Graph Sampling: G-optimal subset selection achieves near-minimax variance for bandlimited graph signals, scaling efficiently to large graphs with thousands of nodes (Li et al., 2021).
Response Surface Design: PSO-generated G-optimal designs improve on state-of-the-art for multivariate second-order models, especially in high-factor settings (Walsh et al., 2022).
Nonlinear Model Protection: The extended G-criterion yields designs that protect against global “folding” of non-identifiable models, demonstrably superior for pharmacokinetic and other nonlinear applications (Pázman et al., 2013).

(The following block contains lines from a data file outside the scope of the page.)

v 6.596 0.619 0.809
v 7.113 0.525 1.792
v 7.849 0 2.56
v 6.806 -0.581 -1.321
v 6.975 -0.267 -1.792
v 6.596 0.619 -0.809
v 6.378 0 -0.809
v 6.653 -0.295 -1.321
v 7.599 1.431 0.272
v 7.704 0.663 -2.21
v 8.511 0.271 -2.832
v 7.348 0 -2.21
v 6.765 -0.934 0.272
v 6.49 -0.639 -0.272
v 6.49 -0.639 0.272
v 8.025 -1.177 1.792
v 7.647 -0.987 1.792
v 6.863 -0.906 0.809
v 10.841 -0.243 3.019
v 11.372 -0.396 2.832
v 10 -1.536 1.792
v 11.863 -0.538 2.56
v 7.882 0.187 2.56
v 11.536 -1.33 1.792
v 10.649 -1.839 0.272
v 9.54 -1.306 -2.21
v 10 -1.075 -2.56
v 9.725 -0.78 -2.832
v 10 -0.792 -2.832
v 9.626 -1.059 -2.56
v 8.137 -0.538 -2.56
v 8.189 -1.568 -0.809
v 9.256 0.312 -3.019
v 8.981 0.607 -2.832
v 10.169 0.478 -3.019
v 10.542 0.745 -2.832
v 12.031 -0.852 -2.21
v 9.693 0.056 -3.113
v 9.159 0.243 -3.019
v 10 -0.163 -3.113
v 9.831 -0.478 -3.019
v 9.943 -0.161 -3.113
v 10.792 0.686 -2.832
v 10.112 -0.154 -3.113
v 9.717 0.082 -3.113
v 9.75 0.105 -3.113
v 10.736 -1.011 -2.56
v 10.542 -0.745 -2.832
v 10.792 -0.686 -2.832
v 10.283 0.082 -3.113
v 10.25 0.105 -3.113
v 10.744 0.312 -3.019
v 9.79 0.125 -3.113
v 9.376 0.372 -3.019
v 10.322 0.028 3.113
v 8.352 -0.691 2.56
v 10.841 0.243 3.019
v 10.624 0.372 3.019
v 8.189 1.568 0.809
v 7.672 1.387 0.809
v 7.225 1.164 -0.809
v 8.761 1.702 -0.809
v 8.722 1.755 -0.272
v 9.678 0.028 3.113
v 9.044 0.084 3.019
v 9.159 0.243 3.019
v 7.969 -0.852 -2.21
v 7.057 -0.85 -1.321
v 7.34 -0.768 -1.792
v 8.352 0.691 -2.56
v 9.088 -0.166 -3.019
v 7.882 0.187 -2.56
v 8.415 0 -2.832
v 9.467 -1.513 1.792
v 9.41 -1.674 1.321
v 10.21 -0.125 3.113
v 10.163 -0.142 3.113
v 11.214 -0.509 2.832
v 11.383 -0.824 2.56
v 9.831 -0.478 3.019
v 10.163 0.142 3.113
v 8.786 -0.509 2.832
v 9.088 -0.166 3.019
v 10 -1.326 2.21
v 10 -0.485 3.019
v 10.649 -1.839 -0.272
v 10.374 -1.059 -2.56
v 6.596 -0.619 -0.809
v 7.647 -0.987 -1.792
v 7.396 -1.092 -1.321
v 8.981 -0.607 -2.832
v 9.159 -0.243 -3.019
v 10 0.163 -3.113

6. Generalizations and Open Problems

Bayesian and Pseudo-Bayesian G-Optimality: G-criterion extends to Bayesian settings by optimizing expected-variance or SMSPE under parameter priors, remaining tractable under separable covariance and discrete domains (Dasgupta et al., 2021, Huan et al., 2024).
Robust and Global G-Criteria: Nonlinear and robust G-optimality require minimax or risk-based criteria, leading to LP or cutting-plane algorithms with empirical superiority in preventing near-unidentifiability (Pázman et al., 2013).
High-Dimensional and Implicit Models: For implicit or large-scale models, practical G-optimal algorithms exploit sampling, sketching, first-order methods, or randomized rounding (Allen-Zhu et al., 2017, Li et al., 2021).

Key open challenges include scalable maximization of minimum prediction variance for general nonlinear models, efficient approximation in very high-dimensional or implicit-design settings, and robustification with respect to model misspecification and global parameter identifiability (Huan et al., 2024).

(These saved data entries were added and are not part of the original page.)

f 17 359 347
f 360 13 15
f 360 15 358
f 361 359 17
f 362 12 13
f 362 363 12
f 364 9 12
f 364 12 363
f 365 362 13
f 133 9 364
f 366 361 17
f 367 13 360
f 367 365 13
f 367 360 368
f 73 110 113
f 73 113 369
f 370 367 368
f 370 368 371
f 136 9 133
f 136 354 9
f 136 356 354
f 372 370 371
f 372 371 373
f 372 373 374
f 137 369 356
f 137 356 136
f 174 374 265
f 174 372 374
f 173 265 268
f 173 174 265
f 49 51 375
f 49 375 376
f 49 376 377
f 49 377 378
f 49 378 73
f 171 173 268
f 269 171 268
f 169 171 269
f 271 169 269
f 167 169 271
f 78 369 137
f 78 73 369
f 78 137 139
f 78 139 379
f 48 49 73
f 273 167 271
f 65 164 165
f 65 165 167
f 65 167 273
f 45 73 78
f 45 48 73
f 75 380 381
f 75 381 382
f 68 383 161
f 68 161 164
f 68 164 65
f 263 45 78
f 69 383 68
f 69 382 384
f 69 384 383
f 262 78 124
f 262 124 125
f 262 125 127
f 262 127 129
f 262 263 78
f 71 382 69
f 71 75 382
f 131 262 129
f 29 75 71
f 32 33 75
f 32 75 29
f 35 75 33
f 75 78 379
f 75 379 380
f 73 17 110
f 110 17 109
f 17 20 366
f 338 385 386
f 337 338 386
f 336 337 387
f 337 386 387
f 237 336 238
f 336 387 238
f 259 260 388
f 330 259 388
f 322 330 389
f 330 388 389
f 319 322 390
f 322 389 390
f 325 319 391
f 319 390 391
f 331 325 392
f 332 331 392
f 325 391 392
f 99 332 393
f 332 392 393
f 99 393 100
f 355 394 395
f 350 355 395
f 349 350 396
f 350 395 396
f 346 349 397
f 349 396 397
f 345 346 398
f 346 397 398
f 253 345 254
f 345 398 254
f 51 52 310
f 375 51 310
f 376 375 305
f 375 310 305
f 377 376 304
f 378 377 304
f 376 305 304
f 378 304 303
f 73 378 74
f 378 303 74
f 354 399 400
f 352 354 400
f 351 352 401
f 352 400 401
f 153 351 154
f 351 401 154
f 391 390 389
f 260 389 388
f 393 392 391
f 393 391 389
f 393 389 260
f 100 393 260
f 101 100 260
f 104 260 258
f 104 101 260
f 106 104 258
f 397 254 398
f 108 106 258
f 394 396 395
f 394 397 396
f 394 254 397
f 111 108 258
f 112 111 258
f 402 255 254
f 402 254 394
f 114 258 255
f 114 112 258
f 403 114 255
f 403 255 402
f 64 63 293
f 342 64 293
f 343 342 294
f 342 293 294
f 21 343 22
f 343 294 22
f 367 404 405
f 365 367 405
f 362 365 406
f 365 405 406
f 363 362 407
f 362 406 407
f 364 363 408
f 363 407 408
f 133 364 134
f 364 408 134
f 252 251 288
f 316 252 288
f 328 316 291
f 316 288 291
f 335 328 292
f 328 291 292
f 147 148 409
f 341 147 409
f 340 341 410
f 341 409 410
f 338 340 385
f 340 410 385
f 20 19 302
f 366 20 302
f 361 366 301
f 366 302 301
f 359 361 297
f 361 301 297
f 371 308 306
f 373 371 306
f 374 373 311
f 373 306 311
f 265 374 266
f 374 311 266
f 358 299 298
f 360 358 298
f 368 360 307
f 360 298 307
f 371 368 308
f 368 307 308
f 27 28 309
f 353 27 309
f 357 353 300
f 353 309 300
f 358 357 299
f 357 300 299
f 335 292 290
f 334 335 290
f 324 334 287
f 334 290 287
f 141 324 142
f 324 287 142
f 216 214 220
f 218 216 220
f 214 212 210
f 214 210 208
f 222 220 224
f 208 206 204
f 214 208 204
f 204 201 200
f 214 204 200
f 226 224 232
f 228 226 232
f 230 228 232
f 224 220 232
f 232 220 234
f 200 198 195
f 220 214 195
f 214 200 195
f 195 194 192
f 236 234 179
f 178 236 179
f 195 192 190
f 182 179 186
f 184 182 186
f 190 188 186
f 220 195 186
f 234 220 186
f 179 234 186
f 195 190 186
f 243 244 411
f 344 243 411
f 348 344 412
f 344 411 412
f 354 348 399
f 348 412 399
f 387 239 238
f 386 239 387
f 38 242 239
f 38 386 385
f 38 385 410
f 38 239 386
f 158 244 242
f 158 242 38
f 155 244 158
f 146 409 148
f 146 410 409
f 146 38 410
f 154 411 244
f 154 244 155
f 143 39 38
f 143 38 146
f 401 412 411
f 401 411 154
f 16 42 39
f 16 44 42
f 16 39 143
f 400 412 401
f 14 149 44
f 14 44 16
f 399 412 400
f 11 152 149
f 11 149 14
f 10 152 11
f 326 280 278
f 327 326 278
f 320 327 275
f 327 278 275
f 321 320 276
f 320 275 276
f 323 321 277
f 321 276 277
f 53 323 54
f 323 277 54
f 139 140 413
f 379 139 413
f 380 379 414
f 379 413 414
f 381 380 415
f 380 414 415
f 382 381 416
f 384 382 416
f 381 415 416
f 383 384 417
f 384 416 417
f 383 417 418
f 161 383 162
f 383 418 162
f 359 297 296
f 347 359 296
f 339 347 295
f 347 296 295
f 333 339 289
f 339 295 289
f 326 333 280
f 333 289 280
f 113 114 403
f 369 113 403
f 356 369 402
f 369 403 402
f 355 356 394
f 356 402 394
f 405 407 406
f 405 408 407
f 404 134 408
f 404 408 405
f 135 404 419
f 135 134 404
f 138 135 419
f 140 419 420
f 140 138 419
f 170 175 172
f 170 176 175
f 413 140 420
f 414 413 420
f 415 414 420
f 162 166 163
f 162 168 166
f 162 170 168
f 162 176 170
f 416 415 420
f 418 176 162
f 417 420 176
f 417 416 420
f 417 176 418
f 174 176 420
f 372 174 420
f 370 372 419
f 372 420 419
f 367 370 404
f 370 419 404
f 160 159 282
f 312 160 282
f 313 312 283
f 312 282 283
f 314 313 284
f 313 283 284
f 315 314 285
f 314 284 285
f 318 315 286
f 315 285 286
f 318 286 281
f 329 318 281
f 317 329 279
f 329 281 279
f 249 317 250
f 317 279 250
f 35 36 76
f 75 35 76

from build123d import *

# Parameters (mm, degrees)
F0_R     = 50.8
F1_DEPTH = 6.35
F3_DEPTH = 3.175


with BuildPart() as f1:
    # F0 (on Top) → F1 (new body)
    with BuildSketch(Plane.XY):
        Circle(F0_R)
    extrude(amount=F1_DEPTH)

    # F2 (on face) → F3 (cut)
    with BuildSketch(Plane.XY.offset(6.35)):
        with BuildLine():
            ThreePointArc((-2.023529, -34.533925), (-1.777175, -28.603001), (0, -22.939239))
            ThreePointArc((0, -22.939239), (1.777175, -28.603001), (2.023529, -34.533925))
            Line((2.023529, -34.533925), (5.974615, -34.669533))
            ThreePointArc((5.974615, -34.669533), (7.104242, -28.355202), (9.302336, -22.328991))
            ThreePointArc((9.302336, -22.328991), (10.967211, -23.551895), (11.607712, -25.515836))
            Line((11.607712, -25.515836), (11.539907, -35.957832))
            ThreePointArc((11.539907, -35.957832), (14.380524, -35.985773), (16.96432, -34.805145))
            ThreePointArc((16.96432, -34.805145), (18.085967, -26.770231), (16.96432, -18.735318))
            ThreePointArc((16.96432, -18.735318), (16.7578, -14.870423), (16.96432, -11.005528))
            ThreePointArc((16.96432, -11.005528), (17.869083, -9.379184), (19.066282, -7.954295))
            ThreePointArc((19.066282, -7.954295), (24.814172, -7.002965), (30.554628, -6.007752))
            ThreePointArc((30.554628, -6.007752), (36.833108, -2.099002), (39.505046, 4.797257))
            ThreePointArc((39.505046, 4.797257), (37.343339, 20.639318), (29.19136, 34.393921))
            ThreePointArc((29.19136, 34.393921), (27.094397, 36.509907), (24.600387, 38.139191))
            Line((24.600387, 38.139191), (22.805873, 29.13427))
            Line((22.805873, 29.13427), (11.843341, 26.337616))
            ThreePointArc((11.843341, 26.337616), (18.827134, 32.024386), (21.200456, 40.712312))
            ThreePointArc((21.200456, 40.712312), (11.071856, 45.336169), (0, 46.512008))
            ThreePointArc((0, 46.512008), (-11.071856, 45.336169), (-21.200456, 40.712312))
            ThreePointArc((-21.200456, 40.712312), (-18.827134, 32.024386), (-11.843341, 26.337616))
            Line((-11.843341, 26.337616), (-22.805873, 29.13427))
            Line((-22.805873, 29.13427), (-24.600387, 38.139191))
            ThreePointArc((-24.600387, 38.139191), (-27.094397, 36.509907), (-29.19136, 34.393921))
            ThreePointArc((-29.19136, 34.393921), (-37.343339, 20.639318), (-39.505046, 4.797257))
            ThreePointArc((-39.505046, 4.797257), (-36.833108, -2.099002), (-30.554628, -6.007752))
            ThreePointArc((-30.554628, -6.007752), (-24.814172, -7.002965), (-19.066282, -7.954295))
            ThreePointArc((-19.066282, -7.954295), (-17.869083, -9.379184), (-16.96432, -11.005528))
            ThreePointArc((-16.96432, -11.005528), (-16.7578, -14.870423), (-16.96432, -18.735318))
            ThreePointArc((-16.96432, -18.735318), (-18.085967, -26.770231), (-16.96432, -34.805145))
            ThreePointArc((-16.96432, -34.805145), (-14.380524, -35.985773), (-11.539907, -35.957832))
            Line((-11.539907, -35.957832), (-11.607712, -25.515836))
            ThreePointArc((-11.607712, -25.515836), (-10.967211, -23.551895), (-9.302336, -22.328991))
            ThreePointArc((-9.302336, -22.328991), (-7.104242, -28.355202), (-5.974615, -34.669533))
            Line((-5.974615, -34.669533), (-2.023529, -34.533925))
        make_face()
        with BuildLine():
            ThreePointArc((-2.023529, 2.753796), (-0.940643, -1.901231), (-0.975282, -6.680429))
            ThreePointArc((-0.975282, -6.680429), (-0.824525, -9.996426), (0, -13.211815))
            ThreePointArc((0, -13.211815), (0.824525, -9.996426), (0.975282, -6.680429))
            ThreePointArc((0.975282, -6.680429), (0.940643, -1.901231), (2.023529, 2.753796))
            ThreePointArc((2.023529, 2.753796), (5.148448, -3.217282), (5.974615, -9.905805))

7. Comparative Analysis and Criteria Interplay

Criterion	Objective	Invariance	Key Use
D-optimality	Minimize $\det M(\xi)^{-1}$	Parametric	Global parameter estimation
A-optimality	Minimize $\operatorname{tr} M(\xi)^{-1}$	Parametric	Average parameter variance
G-optimality	Minimize $\sup_x f(x)^\top M(\xi)^{-1} f(x)$	Not fully param.	Worst-case prediction variance over design region

Advantages: G-optimality directly bounds maximum prediction uncertainty, uniquely addressing uniform accuracy requirements.
Limitations: The non-smooth supremum objective can make optimization harder than for D- or A-criteria; in nonlinear or finite-sample settings, G- and D-optimality may diverge, requiring careful distinction in algorithmic application (Huan et al., 2024, Prus, 2018).

G-optimal designs are central to experimental design in fields seeking high-fidelity uniform predictions, robust model identification, or spatial/graph inference under tight accuracy requirements. The rapidly expanding methodology and computational toolkit underpin ongoing theoretical and practical advances in this area.